◆ Exercise ◆
Only one stretch of the data below is wanted: the lines starting at the one with "v 114.796 98.839 13" and ending at the one with "v 216.569 159.109 0", both included, given again exactly.

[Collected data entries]
----------

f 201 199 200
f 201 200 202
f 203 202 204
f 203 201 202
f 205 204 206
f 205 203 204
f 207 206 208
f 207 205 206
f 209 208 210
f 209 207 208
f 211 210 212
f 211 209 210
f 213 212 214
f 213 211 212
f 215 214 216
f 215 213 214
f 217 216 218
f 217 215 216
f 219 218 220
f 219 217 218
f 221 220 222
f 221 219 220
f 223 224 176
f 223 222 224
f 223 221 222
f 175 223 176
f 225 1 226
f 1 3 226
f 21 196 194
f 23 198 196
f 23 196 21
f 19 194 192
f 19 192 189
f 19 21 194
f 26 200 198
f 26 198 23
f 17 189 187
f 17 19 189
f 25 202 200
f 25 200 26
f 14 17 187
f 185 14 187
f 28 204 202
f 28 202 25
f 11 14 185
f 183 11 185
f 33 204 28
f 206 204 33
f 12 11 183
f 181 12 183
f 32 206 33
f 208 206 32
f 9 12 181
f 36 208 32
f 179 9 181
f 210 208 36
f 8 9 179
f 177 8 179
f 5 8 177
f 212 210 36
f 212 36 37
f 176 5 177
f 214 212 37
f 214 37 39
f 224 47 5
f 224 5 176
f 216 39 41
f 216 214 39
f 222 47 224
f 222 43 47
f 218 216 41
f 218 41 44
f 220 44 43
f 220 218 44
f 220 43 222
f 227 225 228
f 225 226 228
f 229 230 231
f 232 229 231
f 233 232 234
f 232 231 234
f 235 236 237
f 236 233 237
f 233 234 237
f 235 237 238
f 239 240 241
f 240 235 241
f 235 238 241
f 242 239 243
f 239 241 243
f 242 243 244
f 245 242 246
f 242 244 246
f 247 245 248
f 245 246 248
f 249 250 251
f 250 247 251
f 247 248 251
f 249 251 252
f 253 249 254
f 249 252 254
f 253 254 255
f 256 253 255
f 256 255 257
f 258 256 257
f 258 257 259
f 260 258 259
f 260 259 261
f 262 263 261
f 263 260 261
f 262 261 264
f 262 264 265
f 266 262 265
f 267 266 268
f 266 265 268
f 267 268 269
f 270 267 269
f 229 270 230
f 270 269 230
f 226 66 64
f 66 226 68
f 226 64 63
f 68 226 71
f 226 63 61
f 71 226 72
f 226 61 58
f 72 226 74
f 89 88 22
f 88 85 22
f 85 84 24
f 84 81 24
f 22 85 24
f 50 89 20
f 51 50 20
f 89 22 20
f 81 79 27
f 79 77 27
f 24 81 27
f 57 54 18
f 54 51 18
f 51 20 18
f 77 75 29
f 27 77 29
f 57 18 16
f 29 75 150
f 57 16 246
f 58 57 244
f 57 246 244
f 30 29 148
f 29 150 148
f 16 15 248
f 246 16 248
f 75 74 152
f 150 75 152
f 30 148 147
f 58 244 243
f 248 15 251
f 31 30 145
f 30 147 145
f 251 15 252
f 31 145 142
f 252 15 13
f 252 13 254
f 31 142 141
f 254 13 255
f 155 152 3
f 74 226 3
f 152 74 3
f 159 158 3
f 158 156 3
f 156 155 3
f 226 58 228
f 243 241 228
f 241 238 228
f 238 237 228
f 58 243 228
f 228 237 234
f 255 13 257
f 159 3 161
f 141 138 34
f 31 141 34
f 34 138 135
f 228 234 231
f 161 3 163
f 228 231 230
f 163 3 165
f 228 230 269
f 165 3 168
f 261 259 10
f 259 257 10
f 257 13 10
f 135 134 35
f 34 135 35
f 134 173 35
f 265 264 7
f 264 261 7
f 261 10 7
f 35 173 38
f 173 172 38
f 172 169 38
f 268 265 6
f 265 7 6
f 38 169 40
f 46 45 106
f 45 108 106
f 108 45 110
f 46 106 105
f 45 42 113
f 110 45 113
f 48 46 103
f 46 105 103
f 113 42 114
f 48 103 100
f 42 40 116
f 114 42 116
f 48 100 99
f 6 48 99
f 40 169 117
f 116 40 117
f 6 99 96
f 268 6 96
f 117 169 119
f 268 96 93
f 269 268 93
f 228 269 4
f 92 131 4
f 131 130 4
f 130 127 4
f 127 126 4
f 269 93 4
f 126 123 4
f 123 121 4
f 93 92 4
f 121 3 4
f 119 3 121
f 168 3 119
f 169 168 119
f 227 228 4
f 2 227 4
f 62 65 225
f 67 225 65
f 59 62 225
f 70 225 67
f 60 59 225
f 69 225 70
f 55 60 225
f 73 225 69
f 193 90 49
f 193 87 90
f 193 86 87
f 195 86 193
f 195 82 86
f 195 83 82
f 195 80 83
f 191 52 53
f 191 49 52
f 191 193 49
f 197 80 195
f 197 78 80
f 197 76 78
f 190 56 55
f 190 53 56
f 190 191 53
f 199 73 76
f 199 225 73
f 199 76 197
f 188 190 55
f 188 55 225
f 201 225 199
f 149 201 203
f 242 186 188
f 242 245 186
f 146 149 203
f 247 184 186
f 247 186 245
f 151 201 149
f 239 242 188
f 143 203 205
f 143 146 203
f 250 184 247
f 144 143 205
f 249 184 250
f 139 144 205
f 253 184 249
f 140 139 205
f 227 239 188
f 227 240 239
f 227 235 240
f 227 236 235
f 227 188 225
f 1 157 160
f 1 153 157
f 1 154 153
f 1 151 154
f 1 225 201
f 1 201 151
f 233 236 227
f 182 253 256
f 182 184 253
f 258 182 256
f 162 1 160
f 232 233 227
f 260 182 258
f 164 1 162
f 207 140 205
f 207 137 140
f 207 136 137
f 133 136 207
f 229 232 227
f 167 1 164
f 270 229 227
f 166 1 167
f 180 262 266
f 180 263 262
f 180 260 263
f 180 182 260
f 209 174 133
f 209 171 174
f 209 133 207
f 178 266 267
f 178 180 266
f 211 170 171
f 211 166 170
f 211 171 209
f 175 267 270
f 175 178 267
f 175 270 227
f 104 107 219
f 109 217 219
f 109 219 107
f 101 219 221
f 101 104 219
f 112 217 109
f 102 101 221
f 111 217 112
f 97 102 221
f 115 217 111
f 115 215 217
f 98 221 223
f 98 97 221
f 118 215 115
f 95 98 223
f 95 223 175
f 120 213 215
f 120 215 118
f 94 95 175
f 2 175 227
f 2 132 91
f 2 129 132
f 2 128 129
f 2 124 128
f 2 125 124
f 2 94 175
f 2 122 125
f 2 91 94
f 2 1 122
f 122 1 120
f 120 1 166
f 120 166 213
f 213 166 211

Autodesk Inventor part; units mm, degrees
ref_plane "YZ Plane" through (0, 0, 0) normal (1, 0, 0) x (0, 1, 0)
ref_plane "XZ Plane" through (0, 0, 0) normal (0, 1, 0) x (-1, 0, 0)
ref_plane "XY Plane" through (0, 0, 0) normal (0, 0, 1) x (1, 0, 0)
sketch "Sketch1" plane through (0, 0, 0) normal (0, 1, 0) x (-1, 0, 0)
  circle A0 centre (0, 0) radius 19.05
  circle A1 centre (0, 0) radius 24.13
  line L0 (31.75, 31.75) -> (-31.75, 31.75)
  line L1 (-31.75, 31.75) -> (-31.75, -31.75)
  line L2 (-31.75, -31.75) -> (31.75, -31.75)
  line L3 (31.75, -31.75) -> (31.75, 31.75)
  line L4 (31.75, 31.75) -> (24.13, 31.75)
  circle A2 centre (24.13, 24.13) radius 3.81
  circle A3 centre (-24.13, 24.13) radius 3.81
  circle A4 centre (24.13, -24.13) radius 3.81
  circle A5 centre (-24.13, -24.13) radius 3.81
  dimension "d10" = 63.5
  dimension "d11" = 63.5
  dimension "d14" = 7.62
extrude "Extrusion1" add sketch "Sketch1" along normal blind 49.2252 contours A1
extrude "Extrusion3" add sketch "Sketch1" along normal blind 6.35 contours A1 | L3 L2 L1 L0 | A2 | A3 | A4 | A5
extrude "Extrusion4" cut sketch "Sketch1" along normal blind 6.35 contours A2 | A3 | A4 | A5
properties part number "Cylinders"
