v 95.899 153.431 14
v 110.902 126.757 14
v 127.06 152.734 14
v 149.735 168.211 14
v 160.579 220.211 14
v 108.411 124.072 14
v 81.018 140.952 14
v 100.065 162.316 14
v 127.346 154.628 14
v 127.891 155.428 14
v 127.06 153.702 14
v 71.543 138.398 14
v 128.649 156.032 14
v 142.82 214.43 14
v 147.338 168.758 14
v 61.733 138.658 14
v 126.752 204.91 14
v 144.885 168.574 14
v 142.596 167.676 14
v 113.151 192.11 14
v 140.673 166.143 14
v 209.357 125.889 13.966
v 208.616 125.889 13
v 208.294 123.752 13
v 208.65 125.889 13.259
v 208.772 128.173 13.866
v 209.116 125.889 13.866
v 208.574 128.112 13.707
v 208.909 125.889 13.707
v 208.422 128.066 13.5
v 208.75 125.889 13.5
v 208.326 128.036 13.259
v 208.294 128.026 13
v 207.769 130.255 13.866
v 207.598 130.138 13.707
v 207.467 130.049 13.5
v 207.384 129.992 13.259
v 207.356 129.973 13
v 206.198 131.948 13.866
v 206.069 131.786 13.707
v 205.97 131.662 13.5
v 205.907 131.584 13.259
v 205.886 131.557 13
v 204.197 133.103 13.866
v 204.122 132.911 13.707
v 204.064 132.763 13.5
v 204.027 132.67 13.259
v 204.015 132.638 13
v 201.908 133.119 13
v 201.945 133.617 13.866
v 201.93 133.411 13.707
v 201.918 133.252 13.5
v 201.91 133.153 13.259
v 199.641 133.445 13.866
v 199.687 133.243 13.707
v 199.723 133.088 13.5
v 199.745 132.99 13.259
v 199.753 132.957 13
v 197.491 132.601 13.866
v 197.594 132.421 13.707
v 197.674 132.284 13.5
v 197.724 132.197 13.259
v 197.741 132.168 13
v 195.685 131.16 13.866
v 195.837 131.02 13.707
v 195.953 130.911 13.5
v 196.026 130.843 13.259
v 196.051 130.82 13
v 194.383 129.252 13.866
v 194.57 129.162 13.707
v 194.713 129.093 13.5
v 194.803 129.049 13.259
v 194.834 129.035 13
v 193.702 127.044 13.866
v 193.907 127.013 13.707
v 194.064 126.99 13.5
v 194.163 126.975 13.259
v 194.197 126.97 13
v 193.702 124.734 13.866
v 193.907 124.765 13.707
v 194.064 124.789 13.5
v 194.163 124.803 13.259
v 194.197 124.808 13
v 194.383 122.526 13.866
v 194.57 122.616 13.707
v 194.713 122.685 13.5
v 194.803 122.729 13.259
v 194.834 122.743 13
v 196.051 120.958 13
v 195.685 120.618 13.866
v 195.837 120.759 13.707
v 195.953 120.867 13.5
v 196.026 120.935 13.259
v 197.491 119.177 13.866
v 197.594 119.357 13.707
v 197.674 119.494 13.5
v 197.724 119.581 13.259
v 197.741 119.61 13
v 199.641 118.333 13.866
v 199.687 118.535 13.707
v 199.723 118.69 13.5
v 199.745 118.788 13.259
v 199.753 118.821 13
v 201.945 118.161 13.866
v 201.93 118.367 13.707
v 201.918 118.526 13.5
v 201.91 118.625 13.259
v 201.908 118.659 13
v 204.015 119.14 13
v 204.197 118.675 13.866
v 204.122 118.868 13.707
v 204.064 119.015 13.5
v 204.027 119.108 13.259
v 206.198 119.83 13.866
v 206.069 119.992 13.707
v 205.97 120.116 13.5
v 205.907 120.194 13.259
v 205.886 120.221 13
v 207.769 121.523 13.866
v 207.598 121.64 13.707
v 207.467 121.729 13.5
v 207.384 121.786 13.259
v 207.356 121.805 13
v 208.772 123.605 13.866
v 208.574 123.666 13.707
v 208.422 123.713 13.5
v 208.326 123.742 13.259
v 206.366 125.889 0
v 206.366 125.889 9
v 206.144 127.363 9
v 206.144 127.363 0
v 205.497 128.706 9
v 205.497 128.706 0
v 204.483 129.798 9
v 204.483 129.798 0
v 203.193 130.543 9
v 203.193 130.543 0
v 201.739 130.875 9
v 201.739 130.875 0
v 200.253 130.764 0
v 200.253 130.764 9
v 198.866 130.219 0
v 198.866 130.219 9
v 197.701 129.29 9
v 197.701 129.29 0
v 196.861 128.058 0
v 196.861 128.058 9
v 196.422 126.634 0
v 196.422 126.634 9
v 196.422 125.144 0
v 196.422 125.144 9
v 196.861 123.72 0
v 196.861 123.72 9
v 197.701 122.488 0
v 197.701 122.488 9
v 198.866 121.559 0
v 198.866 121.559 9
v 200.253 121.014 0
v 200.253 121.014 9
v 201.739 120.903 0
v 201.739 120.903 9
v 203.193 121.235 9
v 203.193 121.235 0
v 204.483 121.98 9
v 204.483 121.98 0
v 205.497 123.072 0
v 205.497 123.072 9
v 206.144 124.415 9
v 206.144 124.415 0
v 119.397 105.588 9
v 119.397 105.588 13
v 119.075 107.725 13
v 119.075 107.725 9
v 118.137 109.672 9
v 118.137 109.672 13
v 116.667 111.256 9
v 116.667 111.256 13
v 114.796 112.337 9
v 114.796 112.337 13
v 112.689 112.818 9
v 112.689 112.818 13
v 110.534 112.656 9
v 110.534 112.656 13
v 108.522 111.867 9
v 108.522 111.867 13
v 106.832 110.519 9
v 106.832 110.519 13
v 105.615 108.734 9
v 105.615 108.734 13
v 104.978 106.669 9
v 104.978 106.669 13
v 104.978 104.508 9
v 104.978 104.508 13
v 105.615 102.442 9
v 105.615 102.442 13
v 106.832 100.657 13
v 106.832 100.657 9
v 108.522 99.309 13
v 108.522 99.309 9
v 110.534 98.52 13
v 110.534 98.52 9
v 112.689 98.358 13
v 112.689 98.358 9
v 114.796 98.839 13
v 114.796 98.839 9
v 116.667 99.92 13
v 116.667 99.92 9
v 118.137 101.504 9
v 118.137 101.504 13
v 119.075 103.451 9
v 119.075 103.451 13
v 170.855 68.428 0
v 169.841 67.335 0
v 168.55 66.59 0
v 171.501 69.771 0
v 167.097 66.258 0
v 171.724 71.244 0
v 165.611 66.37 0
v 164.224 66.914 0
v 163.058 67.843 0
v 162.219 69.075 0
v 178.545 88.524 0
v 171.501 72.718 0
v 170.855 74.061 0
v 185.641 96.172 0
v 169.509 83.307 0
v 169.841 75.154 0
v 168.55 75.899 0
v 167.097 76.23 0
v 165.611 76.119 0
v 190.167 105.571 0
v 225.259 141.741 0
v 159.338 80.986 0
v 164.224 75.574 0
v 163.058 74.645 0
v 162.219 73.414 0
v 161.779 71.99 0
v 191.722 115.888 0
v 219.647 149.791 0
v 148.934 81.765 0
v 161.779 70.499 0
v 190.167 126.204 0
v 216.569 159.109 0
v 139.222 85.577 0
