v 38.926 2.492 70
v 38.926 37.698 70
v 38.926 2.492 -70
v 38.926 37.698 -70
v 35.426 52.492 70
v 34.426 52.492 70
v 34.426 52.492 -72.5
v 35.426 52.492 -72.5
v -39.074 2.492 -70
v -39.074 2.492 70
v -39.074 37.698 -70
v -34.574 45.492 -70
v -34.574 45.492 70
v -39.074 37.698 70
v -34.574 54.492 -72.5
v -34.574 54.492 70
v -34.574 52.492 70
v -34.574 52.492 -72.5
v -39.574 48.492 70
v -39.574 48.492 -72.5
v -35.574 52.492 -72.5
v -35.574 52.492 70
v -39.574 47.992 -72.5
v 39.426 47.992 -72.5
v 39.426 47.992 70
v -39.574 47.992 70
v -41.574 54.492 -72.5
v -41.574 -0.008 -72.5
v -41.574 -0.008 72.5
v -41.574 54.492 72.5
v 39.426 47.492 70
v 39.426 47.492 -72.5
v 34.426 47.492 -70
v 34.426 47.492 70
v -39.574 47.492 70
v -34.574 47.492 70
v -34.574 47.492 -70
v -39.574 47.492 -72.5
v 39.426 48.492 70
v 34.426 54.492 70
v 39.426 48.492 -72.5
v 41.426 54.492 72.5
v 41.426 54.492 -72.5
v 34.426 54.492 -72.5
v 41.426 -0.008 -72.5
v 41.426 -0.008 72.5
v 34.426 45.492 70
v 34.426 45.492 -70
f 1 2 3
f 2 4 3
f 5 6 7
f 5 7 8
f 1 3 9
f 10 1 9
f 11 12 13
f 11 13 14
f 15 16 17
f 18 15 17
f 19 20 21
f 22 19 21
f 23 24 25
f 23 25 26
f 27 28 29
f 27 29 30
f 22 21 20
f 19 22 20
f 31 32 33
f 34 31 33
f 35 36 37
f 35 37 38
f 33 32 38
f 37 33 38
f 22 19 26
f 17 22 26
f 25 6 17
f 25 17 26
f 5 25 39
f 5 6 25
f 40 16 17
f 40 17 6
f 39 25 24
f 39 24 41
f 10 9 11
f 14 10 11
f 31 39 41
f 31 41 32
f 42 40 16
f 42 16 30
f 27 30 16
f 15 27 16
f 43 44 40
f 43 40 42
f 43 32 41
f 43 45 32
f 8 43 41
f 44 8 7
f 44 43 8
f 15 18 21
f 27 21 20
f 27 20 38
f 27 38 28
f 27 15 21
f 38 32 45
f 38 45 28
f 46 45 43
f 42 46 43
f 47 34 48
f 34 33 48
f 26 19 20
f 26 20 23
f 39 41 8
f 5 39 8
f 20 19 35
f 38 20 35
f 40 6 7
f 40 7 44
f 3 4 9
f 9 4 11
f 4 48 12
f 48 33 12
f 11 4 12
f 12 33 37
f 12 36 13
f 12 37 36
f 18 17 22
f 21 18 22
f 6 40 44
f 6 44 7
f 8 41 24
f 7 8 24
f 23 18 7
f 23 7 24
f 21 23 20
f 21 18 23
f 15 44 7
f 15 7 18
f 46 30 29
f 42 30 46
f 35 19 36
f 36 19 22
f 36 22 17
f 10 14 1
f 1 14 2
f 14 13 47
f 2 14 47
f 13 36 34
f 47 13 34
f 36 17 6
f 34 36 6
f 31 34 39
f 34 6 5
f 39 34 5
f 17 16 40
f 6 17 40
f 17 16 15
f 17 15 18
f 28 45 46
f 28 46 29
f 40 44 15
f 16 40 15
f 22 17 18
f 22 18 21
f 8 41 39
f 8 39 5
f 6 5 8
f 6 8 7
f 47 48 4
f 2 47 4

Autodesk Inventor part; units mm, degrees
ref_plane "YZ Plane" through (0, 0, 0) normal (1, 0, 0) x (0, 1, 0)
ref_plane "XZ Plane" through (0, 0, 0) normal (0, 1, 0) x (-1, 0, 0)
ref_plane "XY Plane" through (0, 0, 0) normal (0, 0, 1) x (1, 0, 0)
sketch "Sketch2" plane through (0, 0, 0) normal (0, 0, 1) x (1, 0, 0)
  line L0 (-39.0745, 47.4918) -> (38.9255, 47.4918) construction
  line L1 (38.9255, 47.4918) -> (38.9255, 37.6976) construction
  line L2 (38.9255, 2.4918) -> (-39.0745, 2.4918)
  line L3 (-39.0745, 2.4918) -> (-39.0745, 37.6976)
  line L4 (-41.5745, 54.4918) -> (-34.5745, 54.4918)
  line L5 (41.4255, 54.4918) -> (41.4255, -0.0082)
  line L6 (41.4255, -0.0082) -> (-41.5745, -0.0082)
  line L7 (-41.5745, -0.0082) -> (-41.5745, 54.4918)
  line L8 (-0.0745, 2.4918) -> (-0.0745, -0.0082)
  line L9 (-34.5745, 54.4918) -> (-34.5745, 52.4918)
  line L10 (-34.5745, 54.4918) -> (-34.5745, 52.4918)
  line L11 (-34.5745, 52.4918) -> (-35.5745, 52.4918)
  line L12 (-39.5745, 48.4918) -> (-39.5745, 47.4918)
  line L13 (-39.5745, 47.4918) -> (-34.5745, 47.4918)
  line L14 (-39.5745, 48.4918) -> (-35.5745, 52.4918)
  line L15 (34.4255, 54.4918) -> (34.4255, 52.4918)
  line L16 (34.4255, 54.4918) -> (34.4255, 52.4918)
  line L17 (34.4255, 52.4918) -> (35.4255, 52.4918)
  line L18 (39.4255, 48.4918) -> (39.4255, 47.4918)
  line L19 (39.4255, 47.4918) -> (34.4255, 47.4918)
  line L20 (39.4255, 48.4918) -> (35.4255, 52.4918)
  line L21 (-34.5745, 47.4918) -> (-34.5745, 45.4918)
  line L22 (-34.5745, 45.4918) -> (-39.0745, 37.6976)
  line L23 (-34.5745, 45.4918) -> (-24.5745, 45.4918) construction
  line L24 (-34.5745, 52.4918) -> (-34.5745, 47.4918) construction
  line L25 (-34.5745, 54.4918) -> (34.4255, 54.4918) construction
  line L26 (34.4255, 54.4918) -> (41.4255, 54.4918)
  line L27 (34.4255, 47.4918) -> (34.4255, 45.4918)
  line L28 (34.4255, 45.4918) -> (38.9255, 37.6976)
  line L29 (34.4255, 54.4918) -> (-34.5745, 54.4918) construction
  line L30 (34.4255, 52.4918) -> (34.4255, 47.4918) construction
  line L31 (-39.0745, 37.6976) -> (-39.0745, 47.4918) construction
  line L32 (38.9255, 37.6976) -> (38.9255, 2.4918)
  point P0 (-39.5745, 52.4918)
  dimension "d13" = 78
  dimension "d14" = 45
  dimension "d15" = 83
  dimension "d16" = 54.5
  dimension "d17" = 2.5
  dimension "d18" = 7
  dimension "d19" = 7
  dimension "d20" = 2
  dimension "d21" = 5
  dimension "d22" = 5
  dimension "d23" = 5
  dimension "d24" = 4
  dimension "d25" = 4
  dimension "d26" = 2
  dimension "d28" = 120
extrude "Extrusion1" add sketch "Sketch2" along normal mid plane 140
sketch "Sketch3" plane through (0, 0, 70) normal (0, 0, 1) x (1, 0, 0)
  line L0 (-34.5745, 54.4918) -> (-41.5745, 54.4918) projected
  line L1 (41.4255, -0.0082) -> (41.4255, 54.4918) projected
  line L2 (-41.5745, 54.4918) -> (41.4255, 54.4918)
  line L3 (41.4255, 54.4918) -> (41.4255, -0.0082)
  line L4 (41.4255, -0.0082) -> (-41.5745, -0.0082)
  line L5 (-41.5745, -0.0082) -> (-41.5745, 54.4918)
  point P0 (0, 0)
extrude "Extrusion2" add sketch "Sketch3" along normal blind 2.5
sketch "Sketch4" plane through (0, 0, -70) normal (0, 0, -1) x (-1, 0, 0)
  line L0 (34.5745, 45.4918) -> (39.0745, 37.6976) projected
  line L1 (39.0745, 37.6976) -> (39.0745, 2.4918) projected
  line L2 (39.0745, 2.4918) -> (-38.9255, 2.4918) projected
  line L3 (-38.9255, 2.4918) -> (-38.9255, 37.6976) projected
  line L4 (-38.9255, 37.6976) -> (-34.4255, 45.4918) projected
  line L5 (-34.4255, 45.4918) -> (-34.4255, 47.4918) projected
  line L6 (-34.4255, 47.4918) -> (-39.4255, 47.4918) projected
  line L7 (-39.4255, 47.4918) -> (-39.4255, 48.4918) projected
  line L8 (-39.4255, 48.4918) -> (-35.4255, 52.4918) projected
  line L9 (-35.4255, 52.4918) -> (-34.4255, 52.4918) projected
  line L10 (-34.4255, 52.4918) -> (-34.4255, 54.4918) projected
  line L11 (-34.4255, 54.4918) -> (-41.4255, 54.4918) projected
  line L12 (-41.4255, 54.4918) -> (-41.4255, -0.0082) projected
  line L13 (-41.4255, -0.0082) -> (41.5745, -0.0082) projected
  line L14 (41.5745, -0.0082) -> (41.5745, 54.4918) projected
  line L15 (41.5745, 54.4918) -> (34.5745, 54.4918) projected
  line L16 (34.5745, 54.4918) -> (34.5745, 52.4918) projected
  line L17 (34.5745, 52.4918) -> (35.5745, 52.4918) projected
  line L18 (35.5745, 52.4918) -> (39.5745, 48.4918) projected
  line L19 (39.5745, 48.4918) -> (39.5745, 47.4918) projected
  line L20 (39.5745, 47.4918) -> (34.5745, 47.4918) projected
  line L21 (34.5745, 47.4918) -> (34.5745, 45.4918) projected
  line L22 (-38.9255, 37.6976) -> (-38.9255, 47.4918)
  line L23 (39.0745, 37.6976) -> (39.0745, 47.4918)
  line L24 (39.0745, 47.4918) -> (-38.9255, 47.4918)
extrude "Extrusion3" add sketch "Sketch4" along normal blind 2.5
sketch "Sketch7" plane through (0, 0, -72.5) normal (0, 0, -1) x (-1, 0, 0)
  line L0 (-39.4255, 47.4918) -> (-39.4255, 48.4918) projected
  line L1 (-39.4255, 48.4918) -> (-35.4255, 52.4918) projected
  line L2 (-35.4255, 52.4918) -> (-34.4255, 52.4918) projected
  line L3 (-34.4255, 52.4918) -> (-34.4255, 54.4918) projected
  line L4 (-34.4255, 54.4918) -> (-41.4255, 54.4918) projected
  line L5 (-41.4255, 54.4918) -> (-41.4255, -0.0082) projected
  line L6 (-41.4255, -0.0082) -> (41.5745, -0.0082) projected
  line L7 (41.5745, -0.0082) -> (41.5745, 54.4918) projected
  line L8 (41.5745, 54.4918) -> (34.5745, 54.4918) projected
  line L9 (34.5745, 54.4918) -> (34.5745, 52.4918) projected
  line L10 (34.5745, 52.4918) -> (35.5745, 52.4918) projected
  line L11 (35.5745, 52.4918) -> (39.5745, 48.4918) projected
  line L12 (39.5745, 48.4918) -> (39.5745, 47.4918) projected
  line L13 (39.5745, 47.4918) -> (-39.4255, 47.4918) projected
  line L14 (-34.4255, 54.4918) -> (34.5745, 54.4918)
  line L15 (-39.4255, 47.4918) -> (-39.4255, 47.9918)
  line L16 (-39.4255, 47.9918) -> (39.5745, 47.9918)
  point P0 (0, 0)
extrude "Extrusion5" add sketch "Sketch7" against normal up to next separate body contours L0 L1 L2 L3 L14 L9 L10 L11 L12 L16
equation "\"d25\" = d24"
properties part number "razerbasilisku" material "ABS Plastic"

----------

◆ Exercise output ◆
v 114.796 98.839 13
v 114.796 98.839 9
v 116.667 99.92 13
v 116.667 99.92 9
v 118.137 101.504 9
v 118.137 101.504 13
v 119.075 103.451 9
v 119.075 103.451 13
v 170.855 68.428 0
v 169.841 67.335 0
v 168.55 66.59 0
v 171.501 69.771 0
v 167.097 66.258 0
v 171.724 71.244 0
v 165.611 66.37 0
v 164.224 66.914 0
v 163.058 67.843 0
v 162.219 69.075 0
v 178.545 88.524 0
v 171.501 72.718 0
v 170.855 74.061 0
v 185.641 96.172 0
v 169.509 83.307 0
v 169.841 75.154 0
v 168.55 75.899 0
v 167.097 76.23 0
v 165.611 76.119 0
v 190.167 105.571 0
v 225.259 141.741 0
v 159.338 80.986 0
v 164.224 75.574 0
v 163.058 74.645 0
v 162.219 73.414 0
v 161.779 71.99 0
v 191.722 115.888 0
v 219.647 149.791 0
v 148.934 81.765 0
v 161.779 70.499 0
v 190.167 126.204 0
v 216.569 159.109 0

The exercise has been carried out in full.